Have you drawn a free body force diagram? Also we need to see your attempt at the solution before we can help you.
 
Not sure how to find the solution, but I'll wing it.

Max acceleration = -mg(sin20) + max static friction / mass.

Max static friction = static coefficient x normal force = 0.70 x n

Find n (Net force in y-direction) = mgcos20.

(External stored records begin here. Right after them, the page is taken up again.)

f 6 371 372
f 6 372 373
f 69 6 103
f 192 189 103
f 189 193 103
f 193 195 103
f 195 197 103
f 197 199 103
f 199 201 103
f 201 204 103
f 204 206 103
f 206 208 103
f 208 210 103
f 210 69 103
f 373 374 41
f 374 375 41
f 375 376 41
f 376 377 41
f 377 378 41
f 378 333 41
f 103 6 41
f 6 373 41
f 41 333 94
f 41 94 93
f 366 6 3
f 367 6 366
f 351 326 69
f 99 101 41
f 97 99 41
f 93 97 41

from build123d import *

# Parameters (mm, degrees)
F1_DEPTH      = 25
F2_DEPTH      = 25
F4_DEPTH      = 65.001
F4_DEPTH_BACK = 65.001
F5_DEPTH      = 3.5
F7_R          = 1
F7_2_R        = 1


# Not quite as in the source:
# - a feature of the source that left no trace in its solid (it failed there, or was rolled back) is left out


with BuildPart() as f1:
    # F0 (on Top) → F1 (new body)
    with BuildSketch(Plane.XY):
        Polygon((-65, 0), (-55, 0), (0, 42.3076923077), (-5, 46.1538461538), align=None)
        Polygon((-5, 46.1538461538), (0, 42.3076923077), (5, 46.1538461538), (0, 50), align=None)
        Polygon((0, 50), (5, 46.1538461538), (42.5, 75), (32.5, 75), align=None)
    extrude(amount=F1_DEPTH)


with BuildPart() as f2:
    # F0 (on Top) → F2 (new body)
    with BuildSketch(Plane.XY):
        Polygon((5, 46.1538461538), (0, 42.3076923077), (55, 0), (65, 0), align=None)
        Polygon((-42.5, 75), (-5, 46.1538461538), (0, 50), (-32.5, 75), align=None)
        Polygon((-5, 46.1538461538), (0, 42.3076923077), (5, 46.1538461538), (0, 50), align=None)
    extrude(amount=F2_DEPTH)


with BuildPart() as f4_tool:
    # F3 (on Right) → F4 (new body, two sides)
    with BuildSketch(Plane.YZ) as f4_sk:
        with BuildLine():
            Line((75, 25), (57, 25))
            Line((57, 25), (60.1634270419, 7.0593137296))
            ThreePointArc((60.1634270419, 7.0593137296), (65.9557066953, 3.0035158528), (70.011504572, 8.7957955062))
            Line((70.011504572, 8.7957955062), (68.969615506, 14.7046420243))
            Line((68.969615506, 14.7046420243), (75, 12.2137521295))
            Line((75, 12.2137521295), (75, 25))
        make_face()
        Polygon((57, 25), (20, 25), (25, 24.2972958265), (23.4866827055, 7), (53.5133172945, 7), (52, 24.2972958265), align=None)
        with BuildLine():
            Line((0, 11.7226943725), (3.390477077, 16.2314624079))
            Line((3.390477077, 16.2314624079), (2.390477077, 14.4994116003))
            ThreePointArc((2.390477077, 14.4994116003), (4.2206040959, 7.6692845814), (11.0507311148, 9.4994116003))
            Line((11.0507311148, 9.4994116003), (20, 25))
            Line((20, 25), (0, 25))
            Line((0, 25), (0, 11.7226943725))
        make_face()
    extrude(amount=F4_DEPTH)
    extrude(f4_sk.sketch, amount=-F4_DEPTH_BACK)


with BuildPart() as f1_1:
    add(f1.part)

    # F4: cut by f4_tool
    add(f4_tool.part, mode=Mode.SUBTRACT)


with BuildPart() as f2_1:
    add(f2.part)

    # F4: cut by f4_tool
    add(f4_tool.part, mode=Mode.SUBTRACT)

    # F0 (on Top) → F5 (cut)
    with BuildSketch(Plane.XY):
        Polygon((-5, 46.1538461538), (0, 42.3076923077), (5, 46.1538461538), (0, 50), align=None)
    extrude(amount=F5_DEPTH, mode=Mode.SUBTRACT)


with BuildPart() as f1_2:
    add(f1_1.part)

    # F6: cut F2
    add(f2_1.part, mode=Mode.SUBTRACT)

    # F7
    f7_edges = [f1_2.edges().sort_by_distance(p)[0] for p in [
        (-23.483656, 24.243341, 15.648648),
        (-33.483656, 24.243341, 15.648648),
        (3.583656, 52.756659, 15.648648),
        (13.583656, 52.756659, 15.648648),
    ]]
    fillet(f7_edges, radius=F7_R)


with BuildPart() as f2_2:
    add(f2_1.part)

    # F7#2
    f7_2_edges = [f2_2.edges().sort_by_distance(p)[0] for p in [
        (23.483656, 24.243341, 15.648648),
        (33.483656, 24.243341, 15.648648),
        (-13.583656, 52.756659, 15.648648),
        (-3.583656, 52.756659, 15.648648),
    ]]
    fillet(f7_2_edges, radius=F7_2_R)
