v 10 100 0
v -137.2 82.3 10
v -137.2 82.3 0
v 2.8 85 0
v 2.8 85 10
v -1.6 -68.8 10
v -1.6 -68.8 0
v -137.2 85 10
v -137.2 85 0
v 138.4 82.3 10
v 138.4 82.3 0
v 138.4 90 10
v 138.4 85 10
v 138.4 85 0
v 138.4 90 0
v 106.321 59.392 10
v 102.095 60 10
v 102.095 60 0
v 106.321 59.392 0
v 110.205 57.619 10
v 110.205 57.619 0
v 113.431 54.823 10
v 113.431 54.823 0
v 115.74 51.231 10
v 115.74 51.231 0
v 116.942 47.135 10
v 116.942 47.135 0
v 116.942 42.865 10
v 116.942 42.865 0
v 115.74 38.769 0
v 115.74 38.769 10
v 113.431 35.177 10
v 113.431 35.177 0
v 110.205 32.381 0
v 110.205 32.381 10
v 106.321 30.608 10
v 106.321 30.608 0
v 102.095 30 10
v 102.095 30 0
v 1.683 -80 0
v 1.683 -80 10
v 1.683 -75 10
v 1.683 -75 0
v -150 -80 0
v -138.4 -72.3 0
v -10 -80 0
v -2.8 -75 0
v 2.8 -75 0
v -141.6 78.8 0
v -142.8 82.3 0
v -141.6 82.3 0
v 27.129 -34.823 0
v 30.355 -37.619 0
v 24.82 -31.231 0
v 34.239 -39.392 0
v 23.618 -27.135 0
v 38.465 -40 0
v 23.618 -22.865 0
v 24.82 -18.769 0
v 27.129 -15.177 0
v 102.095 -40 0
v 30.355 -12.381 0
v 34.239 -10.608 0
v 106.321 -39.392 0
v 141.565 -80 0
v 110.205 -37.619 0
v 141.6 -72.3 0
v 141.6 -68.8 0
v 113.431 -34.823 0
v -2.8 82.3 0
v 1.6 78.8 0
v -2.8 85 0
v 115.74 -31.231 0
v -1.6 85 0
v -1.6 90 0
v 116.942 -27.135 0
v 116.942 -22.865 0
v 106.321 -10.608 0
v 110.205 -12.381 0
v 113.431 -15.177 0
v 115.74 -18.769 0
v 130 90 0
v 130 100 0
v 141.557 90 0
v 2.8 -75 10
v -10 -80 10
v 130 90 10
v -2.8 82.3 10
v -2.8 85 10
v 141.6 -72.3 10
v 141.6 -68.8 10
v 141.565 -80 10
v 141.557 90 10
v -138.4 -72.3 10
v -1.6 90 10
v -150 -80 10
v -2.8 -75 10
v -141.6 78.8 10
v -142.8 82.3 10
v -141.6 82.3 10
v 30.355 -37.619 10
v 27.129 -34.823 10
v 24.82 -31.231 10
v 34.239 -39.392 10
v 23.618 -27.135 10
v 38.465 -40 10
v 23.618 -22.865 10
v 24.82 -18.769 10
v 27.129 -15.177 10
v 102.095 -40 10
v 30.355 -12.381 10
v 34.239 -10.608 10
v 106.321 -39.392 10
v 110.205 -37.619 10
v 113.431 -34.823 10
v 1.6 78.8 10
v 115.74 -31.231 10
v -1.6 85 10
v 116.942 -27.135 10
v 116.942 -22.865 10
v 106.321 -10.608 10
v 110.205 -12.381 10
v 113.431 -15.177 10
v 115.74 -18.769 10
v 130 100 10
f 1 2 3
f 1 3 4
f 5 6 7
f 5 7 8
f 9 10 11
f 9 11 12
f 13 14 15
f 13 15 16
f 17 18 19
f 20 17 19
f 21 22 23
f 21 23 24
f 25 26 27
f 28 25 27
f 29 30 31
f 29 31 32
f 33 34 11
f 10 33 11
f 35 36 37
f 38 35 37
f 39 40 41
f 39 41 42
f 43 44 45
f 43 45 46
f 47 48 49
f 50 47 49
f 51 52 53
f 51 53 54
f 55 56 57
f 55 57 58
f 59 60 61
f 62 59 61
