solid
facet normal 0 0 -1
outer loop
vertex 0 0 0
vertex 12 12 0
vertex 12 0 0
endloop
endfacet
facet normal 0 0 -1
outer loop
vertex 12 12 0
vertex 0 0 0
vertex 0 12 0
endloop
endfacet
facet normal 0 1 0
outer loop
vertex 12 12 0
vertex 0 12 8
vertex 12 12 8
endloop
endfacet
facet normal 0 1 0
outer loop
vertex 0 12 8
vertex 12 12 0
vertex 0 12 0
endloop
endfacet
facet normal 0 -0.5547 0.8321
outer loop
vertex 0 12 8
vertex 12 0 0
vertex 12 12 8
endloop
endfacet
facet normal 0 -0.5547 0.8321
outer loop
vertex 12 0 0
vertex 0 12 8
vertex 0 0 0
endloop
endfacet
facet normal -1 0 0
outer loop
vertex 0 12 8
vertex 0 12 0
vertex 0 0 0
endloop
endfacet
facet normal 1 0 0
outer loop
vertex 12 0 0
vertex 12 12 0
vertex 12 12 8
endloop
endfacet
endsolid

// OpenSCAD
module prism(l, w, h){
       polyhedron(
               points=[[0,0,0], [l,0,0], [l,w,0], [0,w,0], [0,w,h], [l,w,h]],
               faces=[[0,1,2,3],[5,4,3,2],[0,4,5,1],[0,3,4],[5,2,1]]
               );
       
       // preview unfolded (do not include in your function
       z = 0.08;
       separation = 2;
       border = .2;
       //translate([0,w+separation,0])
       //    cube([l,w,z]);
       //translate([0,w+separation+w+border,0])
       //    cube([l,h,z]);
       //translate([0,w+separation+w+border+h+border,0])
       //    cube([l,sqrt(w*w+h*h),z]);
       //translate([l+border,w+separation+w+border+h+border,0])
       //    polyhedron(
       //            points=[[0,0,0],[h,0,0],[0,sqrt(w*w+h*h),0], [0,0,z],[h,0,z],[0,sqrt(w*w+h*h),z]],
       //            faces=[[0,1,2], [3,5,4], [0,3,4,1], [1,4,5,2], [2,5,3,0]]
       //            );
       //translate([0-border,w+separation+w+border+h+border,0])
       //    polyhedron(
       //            points=[[0,0,0],[0-h,0,0],[0,sqrt(w*w+h*h),0], [0,0,z],[0-h,0,z],[0,sqrt(w*w+h*h),z]],
       //            faces=[[1,0,2],[5,3,4],[0,1,4,3],[1,2,5,4],[2,0,3,5]]
       //            );
       }
   
   prism(12, 12, 8);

Now you plug mgcos20 back into the original equation

-mg(sin20) + mgcos20 / mass.

Stuck here.
 
diffusion said:
Not sure how to find the solution, but I'll wing it.
Looks like you knew more than you thought. :wink:

-mg(sin20) + mgcos20 / mass.

Stuck here.
Looks good to me. Realize that mass = m, so it cancels. And use parentheses, to reduce mistakes. I'd write that as:

a = ( -mgsin20 + mgcos20 )/m
 
Doc Al said:
Looks like you knew more than you thought. :wink:


Looks good to me. Realize that mass = m, so it cancels. And use parentheses, to reduce mistakes. I'd write that as:

a = ( -mgsin20 + mgcos20 )/m

I realize this is going to be a stupid question, but how do they cancel? In the numerator you have two mg's, only one in the denominator. Isn't that going to leave you with another m?
 
diffusion said:
In the numerator you have two mg's, only one in the denominator. Isn't that going to leave you with another m?
No. Each term in the numerator has a single "m". It factors out like so:

mX + mY = m(X + Y)
 
Doc Al said:
No. Each term in the numerator has a single "m". It factors out like so:

mX + mY = m(X + Y)

Gotcha. Thanks.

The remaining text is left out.